EXERCISE AIM - Give again, word for word, every line in the entries below from the line with "CUT_EXTRUDE_2_DEPTH = 482.183177179" up to and including the line with "Rectangle(SKETCH_1_W, SKETCH_1_H)", and no other line.

Saved data entries
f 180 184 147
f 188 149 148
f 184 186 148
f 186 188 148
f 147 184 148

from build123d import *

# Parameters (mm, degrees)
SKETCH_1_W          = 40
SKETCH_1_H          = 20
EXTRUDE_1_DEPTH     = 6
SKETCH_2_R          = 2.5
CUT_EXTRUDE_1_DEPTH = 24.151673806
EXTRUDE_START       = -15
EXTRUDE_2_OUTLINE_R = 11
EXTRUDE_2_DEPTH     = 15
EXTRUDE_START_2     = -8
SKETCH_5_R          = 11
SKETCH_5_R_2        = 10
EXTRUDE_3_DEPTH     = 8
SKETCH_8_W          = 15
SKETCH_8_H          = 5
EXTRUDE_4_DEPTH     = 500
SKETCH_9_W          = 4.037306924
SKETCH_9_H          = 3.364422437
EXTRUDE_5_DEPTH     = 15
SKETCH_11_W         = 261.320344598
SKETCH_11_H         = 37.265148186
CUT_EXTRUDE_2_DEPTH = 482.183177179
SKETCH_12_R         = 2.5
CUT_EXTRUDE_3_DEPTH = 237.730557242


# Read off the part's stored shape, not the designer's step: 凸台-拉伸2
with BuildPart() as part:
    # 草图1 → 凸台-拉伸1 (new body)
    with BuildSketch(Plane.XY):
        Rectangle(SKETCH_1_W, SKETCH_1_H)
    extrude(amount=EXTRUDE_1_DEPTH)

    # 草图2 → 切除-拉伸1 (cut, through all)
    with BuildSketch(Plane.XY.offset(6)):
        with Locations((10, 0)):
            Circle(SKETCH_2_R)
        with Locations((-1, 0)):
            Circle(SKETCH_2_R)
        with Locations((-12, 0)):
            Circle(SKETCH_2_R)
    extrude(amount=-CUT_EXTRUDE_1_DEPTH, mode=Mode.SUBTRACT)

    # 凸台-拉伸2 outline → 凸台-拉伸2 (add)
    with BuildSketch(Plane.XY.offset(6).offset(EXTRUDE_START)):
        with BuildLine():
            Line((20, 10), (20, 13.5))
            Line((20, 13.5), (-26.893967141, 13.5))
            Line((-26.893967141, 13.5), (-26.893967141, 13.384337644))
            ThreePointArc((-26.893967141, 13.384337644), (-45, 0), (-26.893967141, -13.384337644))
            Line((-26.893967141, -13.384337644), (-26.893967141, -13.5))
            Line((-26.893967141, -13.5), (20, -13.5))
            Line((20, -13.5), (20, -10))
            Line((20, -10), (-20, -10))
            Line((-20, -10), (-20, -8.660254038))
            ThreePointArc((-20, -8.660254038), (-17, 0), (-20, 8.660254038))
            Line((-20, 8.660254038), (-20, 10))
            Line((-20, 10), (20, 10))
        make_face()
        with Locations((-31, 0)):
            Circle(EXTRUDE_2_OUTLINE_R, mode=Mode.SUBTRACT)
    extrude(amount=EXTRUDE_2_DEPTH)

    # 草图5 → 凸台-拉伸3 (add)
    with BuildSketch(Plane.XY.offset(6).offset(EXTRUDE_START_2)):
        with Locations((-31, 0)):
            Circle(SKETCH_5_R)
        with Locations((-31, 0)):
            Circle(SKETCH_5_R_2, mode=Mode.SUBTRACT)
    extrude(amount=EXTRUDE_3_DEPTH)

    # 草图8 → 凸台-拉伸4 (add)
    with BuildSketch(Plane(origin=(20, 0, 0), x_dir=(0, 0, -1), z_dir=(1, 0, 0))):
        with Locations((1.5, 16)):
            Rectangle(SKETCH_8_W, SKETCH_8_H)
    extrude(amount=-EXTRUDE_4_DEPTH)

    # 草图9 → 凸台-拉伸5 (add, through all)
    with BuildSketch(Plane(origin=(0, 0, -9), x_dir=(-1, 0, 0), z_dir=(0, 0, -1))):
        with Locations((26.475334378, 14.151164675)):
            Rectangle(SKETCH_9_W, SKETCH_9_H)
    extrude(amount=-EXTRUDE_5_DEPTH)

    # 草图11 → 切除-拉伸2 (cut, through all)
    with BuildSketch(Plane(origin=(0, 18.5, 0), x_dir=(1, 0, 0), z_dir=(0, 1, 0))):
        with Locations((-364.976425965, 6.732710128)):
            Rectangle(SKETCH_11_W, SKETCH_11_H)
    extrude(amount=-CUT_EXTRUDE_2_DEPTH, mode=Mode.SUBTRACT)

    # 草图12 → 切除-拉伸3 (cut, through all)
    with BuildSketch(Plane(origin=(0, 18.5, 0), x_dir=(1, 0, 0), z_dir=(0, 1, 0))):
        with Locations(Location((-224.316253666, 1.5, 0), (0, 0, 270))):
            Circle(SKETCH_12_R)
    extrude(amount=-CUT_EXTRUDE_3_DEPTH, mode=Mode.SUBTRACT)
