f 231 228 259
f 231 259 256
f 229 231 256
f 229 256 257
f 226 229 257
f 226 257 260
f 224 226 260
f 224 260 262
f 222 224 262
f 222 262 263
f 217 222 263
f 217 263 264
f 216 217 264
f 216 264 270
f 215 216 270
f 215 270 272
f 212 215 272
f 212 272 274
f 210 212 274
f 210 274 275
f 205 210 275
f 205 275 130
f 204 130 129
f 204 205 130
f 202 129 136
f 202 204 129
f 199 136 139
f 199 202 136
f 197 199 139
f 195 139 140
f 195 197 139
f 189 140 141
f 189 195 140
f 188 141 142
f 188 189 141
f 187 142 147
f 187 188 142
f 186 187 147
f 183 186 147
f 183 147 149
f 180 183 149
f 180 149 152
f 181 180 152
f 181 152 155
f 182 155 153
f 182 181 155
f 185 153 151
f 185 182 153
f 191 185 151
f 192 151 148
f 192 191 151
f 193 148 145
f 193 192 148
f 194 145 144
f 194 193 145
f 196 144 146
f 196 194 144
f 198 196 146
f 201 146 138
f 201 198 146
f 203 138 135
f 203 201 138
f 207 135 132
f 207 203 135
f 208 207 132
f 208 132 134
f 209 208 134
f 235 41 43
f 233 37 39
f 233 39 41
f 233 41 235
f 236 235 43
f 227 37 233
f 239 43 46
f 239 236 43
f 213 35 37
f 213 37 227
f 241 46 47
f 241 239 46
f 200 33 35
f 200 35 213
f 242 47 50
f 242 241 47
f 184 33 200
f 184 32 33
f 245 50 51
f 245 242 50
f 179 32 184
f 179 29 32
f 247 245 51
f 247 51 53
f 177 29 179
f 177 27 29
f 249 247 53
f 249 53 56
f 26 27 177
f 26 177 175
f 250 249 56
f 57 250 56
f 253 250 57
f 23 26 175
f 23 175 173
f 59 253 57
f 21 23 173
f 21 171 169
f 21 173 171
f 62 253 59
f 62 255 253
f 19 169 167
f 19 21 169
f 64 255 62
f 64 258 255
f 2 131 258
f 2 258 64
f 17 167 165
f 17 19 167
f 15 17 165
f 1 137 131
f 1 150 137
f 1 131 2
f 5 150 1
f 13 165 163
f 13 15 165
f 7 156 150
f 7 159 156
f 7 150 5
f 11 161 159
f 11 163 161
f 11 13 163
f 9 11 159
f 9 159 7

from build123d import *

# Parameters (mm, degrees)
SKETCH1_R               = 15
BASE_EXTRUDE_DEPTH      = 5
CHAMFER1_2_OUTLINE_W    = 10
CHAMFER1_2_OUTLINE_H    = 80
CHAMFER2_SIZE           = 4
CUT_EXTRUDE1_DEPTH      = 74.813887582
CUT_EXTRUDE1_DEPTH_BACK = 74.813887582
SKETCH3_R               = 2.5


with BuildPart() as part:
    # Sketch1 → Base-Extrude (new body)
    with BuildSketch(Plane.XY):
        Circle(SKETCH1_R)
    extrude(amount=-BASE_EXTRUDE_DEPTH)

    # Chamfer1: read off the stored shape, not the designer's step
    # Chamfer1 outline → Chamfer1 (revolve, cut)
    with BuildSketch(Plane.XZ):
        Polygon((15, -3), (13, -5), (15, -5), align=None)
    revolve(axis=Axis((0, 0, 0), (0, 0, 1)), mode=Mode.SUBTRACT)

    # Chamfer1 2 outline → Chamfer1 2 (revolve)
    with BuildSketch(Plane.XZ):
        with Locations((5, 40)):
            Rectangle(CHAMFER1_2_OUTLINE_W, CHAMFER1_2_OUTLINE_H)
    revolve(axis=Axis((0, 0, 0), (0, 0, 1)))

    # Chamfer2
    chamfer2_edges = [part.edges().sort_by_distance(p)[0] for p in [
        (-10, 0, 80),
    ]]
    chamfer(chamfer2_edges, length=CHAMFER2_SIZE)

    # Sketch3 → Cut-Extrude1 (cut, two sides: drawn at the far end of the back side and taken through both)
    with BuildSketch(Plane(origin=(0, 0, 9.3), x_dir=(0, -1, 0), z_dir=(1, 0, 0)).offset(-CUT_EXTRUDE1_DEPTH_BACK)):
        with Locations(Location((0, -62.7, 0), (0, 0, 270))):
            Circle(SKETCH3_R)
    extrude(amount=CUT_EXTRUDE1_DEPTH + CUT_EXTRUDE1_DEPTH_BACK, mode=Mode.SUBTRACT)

RESPONSE -
CUT_EXTRUDE_2_DEPTH = 482.183177179
SKETCH_12_R         = 2.5
CUT_EXTRUDE_3_DEPTH = 237.730557242


# Read off the part's stored shape, not the designer's step: 凸台-拉伸2
with BuildPart() as part:
    # 草图1 → 凸台-拉伸1 (new body)
    with BuildSketch(Plane.XY):
        Rectangle(SKETCH_1_W, SKETCH_1_H)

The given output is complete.